Dataset entries
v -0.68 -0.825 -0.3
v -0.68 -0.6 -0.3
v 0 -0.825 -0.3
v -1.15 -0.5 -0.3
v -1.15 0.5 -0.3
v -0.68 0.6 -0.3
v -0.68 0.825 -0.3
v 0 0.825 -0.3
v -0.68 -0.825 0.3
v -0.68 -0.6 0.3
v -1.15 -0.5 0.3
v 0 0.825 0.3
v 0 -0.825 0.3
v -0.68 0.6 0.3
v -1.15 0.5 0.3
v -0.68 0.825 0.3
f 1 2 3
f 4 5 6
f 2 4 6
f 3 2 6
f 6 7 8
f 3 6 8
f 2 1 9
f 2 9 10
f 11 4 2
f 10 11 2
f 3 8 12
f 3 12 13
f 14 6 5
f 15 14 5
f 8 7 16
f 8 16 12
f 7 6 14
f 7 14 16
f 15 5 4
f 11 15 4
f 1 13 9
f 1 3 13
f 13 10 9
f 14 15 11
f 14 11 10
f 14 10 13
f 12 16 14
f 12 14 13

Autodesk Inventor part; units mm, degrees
ref_plane "YZ Plane" through (0, 0, 0) normal (1, 0, 0) x (0, 1, 0)
ref_plane "XZ Plane" through (0, 0, 0) normal (0, 1, 0) x (-1, 0, 0)
ref_plane "XY Plane" through (0, 0, 0) normal (0, 0, 1) x (1, 0, 0)
sketch "Sketch1" plane through (0, 0, 0) normal (0, 0, 1) x (1, 0, 0)
  line L0 (0, 0) -> (21.5711, 0)
  line L1 (-0.68, 0.825) -> (0, 0.825)
  line L2 (0, 0.825) -> (0, -0.825)
  line L3 (0, -0.825) -> (-0.68, -0.825)
  line L4 (-0.68, 0.6) -> (-1.15, 0.5)
  line L5 (-1.15, 0.5) -> (-1.15, -0.5)
  line L6 (-1.15, -0.5) -> (-0.68, -0.6)
  line L7 (-0.68, -0.825) -> (-0.68, -0.6)
  line L8 (-0.68, 0.6) -> (-0.68, 0.825)
  point P0 (0, 0)
  dimension "d2" = 0.68
  dimension "d3" = 1.65
  dimension "d4" = 1.2
  dimension "d5" = 1
  dimension "d6" = 1.15
extrude "Extrusion1" add sketch "Sketch1" along normal mid plane 0.6
properties part number "LED_LTST-S270KFKT"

*What the task asks*. Retype the entries one by one, exactly.

*Task output*.
v -0.68 -0.825 -0.3
v -0.68 -0.6 -0.3
v 0 -0.825 -0.3
v -1.15 -0.5 -0.3
v -1.15 0.5 -0.3
v -0.68 0.6 -0.3
v -0.68 0.825 -0.3
v 0 0.825 -0.3
v -0.68 -0.825 0.3
v -0.68 -0.6 0.3
v -1.15 -0.5 0.3
v 0 0.825 0.3
v 0 -0.825 0.3
v -0.68 0.6 0.3
v -1.15 0.5 0.3
v -0.68 0.825 0.3
f 1 2 3
f 4 5 6
f 2 4 6
f 3 2 6
f 6 7 8
f 3 6 8
f 2 1 9
f 2 9 10
f 11 4 2
f 10 11 2
f 3 8 12
f 3 12 13
f 14 6 5
f 15 14 5
f 8 7 16
f 8 16 12
f 7 6 14
f 7 14 16
f 15 5 4
f 11 15 4
f 1 13 9
f 1 3 13
f 13 10 9
f 14 15 11
f 14 11 10
f 14 10 13
f 12 16 14
f 12 14 13

Autodesk Inventor part; units mm, degrees
ref_plane "YZ Plane" through (0, 0, 0) normal (1, 0, 0) x (0, 1, 0)
ref_plane "XZ Plane" through (0, 0, 0) normal (0, 1, 0) x (-1, 0, 0)
ref_plane "XY Plane" through (0, 0, 0) normal (0, 0, 1) x (1, 0, 0)
sketch "Sketch1" plane through (0, 0, 0) normal (0, 0, 1) x (1, 0, 0)
  line L0 (0, 0) -> (21.5711, 0)
  line L1 (-0.68, 0.825) -> (0, 0.825)
  line L2 (0, 0.825) -> (0, -0.825)
  line L3 (0, -0.825) -> (-0.68, -0.825)
  line L4 (-0.68, 0.6) -> (-1.15, 0.5)
  line L5 (-1.15, 0.5) -> (-1.15, -0.5)
  line L6 (-1.15, -0.5) -> (-0.68, -0.6)
  line L7 (-0.68, -0.825) -> (-0.68, -0.6)
  line L8 (-0.68, 0.6) -> (-0.68, 0.825)
  point P0 (0, 0)
  dimension "d2" = 0.68
  dimension "d3" = 1.65
  dimension "d4" = 1.2
  dimension "d5" = 1
  dimension "d6" = 1.15
extrude "Extrusion1" add sketch "Sketch1" along normal mid plane 0.6
properties part number "LED_LTST-S270KFKT"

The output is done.